Zannino and Crovitz, brand-new to their jobs, had underestimated a seasoned corporate operator like Paul Steiger. They both respected Steiger and knew they needed him. They were about to learn how little power they wielded within the company. Until Zannin
o, Dow Jones had been run by journalists. Now, even though there wasn't a reporter in the corner office, the newsroom maintained its sway over the company.
Zannino now had to deal with the veiled threat that if he went ahead with his existing plan, Steiger would leave. He, the non-journalist CEO, the guy who had come from Liz Claiborne, didn't want to be responsible for that. This battle between the Journal and the business side would go to the newsroom. Zannino and Crovitz put off the decision on the managing editor by placing Ingrassia in charge of a "news strategy" committee that would spend the next year exploring ways to get the Journal and Newswires to cooperate. It would give Ingrassia something to do for the year until they made a final decision.

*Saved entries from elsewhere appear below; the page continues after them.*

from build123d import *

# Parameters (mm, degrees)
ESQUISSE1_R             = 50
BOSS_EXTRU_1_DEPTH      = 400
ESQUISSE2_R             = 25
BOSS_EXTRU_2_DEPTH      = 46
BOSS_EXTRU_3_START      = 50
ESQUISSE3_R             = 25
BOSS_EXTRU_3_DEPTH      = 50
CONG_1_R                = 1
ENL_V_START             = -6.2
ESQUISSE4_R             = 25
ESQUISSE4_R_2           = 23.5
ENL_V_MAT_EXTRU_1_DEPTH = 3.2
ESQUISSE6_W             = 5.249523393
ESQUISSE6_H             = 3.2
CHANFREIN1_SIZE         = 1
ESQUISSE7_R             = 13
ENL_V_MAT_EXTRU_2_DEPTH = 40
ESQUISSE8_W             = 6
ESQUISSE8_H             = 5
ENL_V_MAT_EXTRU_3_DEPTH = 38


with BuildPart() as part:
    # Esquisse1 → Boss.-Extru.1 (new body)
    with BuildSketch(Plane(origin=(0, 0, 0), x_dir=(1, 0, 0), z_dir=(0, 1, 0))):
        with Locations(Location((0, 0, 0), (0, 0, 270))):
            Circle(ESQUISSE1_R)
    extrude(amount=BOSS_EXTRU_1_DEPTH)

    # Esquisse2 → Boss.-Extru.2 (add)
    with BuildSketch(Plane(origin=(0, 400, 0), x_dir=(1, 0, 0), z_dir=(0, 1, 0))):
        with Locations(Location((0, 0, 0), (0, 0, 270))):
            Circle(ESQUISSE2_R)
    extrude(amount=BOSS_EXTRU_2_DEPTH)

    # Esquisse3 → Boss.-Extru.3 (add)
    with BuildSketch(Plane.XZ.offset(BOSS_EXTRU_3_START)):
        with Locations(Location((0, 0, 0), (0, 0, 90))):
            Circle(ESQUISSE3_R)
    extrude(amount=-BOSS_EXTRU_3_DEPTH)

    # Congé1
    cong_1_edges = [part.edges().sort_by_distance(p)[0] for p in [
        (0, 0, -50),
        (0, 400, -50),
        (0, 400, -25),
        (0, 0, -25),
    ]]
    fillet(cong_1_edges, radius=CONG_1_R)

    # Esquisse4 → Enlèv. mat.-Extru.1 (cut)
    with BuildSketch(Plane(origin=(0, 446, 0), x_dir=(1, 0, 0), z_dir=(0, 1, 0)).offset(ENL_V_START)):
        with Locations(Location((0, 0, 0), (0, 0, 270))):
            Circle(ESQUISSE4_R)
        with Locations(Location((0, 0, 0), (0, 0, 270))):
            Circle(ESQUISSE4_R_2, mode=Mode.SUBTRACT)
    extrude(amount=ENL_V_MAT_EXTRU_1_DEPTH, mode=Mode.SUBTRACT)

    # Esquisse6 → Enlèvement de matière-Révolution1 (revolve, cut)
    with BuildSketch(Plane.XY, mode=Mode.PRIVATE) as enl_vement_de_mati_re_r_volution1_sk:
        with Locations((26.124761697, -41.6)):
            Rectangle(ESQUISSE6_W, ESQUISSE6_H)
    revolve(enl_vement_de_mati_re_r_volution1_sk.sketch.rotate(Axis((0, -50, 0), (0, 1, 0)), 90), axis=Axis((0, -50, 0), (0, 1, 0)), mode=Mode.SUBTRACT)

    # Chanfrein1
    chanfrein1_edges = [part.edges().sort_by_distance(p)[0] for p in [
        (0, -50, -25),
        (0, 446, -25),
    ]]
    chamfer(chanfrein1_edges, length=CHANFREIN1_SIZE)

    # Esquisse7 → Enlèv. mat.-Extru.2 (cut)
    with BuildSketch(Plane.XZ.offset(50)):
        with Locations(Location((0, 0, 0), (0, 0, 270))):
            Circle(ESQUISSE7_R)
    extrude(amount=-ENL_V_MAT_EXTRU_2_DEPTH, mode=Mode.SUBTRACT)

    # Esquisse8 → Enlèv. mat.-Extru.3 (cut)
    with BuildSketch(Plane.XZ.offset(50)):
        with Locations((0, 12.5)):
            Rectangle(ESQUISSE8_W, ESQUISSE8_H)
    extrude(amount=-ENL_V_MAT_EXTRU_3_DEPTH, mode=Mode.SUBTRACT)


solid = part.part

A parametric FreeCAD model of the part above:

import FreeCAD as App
import Part
import Sketcher

V = App.Vector


def edges_at(feature, points):
    """Names of the edges that pass closest to the given points."""
    edges = feature.Shape.Edges
    near = lambda p: min(range(len(edges)), key=lambda i: edges[i].distToShape(Part.Vertex(*p))[0])
    return sorted({f"Edge{near(p) + 1}" for p in points})

doc = App.newDocument("Part")
body = doc.addObject("PartDesign::Body", "Body")

# Sketch on XZ plane
sketch1 = doc.addObject("Sketcher::SketchObject", "Sketch")
body.addObject(sketch1)
sketch1.AttachmentSupport = (doc.XZ_Plane, [""])
sketch1.MapMode = "FlatFace"
sketch1.addGeometry(Part.Circle(V(0, 0, 0), V(0, 0, 1), 50), False)
sketch1.addConstraint([
    Sketcher.Constraint("Coincident", 0, 3, -1, 1),
    Sketcher.Constraint("Diameter", 0, 100.0),
])
pad1 = doc.addObject("PartDesign::Pad", "Pad")
body.addObject(pad1)
pad1.Profile = sketch1
pad1.Length = 400
pad1.Reversed = True

# Sketch on XZ plane
sketch2 = doc.addObject("Sketcher::SketchObject", "Sketch001")
body.addObject(sketch2)
sketch2.AttachmentSupport = (doc.XZ_Plane, [""])
sketch2.MapMode = "FlatFace"
sketch2.AttachmentOffset = App.Placement(V(0, 0, -400), App.Rotation())
sketch2.addGeometry(Part.Circle(V(0, 0, 0), V(0, 0, 1), 25), False)
sketch2.addConstraint([
    Sketcher.Constraint("Coincident", 0, 3, -1, 1),
    Sketcher.Constraint("Diameter", 0, 50.0),
])
pad2 = doc.addObject("PartDesign::Pad", "Pad001")
body.addObject(pad2)
pad2.Profile = sketch2
pad2.Length = 46
pad2.Reversed = True

# Sketch on XZ plane
sketch3 = doc.addObject("Sketcher::SketchObject", "Sketch002")
body.addObject(sketch3)
sketch3.AttachmentSupport = (doc.XZ_Plane, [""])
sketch3.MapMode = "FlatFace"
sketch3.AttachmentOffset = App.Placement(V(0, 0, 50), App.Rotation())
sketch3.addGeometry(Part.Circle(V(0, 0, 0), V(0, 0, 1), 25), False)
sketch3.addConstraint([
    Sketcher.Constraint("Coincident", 0, 3, -1, 1),
    Sketcher.Constraint("Diameter", 0, 50.0),
])
pad3 = doc.addObject("PartDesign::Pad", "Pad002")
body.addObject(pad3)
pad3.Profile = sketch3
pad3.Length = 50
pad3.Reversed = True
doc.recompute()

fillet = doc.addObject("PartDesign::Fillet", "Fillet")
body.addObject(fillet)
fillet.Base = (pad3, edges_at(pad3, [
    (0, 0, -50),
    (0, 400, -50),
    (0, 400, -25),
    (0, 0, -25),
]))
fillet.Radius = 1

# Sketch on XZ plane
sketch4 = doc.addObject("Sketcher::SketchObject", "Sketch003")
body.addObject(sketch4)
sketch4.AttachmentSupport = (doc.XZ_Plane, [""])
sketch4.MapMode = "FlatFace"
sketch4.AttachmentOffset = App.Placement(V(0, 0, -439.8), App.Rotation())
sketch4.addGeometry([
    Part.Circle(V(0, 0, 0), V(0, 0, 1), 25),
    Part.Circle(V(0, 0, 0), V(0, 0, 1), 23.5),
], False)
sketch4.addConstraint([
    Sketcher.Constraint("Coincident", 0, 3, -1, 1),
    Sketcher.Constraint("Coincident", 1, 3, -1, 1),
    Sketcher.Constraint("Diameter", 0, 50.0),
    Sketcher.Constraint("Diameter", 1, 47.0),
])
pocket1 = doc.addObject("PartDesign::Pocket", "Pocket")
body.addObject(pocket1)
pocket1.Profile = sketch4
pocket1.Length = 3.2

# Sketch on XY plane
sketch5 = doc.addObject("Sketcher::SketchObject", "Sketch004")
body.addObject(sketch5)
sketch5.AttachmentSupport = (doc.XY_Plane, [""])
sketch5.MapMode = "FlatFace"
sketch5.addGeometry([
    Part.LineSegment(V(23.5, -40, 0), V(23.5, -43.2, 0)),
    Part.LineSegment(V(23.5, -43.2, 0), V(28.749523, -43.2, 0)),
    Part.LineSegment(V(28.749523, -43.2, 0), V(28.749523, -40, 0)),
    Part.LineSegment(V(28.749523, -40, 0), V(23.5, -40, 0)),
], False)
sketch5.addConstraint([
    Sketcher.Constraint("Coincident", 0, 2, 1, 1),
    Sketcher.Constraint("Coincident", 1, 2, 2, 1),
    Sketcher.Constraint("Coincident", 2, 2, 3, 1),
    Sketcher.Constraint("Coincident", 3, 2, 0, 1),
    Sketcher.Constraint("Vertical", 0),
    Sketcher.Constraint("Horizontal", 1),
    Sketcher.Constraint("Vertical", 2),
    Sketcher.Constraint("Horizontal", 3),
    Sketcher.Constraint("DistanceY", 0, 2, 0, 1, 3.2),
    Sketcher.Constraint("DistanceY", 2, 2, -1, 1, 40.0),
    Sketcher.Constraint("DistanceX", -1, 1, 0, 2, 23.5),
    Sketcher.Constraint("DistanceX", 1, 1, 1, 2, 5.249523),
])
groove = doc.addObject("PartDesign::Groove", "Groove")
body.addObject(groove)
groove.Profile = sketch5
groove.ReferenceAxis = (sketch5, ["V_Axis"])
groove.Angle = 360
doc.recompute()

chamfer = doc.addObject("PartDesign::Chamfer", "Chamfer")
body.addObject(chamfer)
chamfer.Base = (groove, edges_at(groove, [(0, -50, -25), (0, 446, -25)]))
chamfer.Size = 1

# Sketch on XZ plane
sketch6 = doc.addObject("Sketcher::SketchObject", "Sketch005")
body.addObject(sketch6)
sketch6.AttachmentSupport = (doc.XZ_Plane, [""])
sketch6.MapMode = "FlatFace"
sketch6.AttachmentOffset = App.Placement(V(0, 0, 50), App.Rotation())
sketch6.addGeometry(Part.Circle(V(0, 0, 0), V(0, 0, 1), 13), False)
sketch6.addConstraint([
    Sketcher.Constraint("Coincident", 0, 3, -1, 1),
    Sketcher.Constraint("Diameter", 0, 26.0),
])
pocket2 = doc.addObject("PartDesign::Pocket", "Pocket001")
body.addObject(pocket2)
pocket2.Profile = sketch6
pocket2.Length = 40

# Sketch on XZ plane
sketch7 = doc.addObject("Sketcher::SketchObject", "Sketch006")
body.addObject(sketch7)
sketch7.AttachmentSupport = (doc.XZ_Plane, [""])
sketch7.MapMode = "FlatFace"
sketch7.AttachmentOffset = App.Placement(V(0, 0, 50), App.Rotation())
sketch7.addGeometry([
    Part.LineSegment(V(-3, 15, 0), V(-3, 10, 0)),
    Part.LineSegment(V(-3, 10, 0), V(3, 10, 0)),
    Part.LineSegment(V(3, 10, 0), V(3, 15, 0)),
    Part.LineSegment(V(3, 15, 0), V(-3, 15, 0)),
], False)
sketch7.addConstraint([
    Sketcher.Constraint("Coincident", 0, 2, 1, 1),
    Sketcher.Constraint("Coincident", 1, 2, 2, 1),
    Sketcher.Constraint("Coincident", 2, 2, 3, 1),
    Sketcher.Constraint("Coincident", 3, 2, 0, 1),
    Sketcher.Constraint("Vertical", 0),
    Sketcher.Constraint("Horizontal", 1),
    Sketcher.Constraint("Vertical", 2),
    Sketcher.Constraint("Horizontal", 3),
    Sketcher.Constraint("DistanceX", 1, 1, 1, 2, 6.0),
    Sketcher.Constraint("DistanceY", 0, 2, 0, 1, 5.0),
    Sketcher.Constraint("DistanceX", 0, 2, -1, 1, 3.0),
    Sketcher.Constraint("DistanceY", -1, 1, 0, 2, 10.0),
])
pocket3 = doc.addObject("PartDesign::Pocket", "Pocket002")
body.addObject(pocket3)
pocket3.Profile = sketch7
pocket3.Length = 38

doc.recompute()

That spring, Zannino was mounting another project as CEO: meet the other chiefs in the media business and take Dow Jones out of its isolation. During his three months in the chief executive's office, Zannino had been making the rounds with his counterparts at other, larger, more dynamic media companies. He was warming to his role. He had gone to breakfast and lunch with media players such as IAC's Barry Diller and Reuters's Tom Glocer, and after a concerted effort by Jimmy Lee, he was going to have dinner with Rupert Murdoch. Jimmy had been trying to get Zannino to attend his annual JPMorgan Leadership Conference earlier that spring in Deer Valley—where Murdoch had been—but Zannino demurred, telling Jimmy the venue was too public for such an introduction.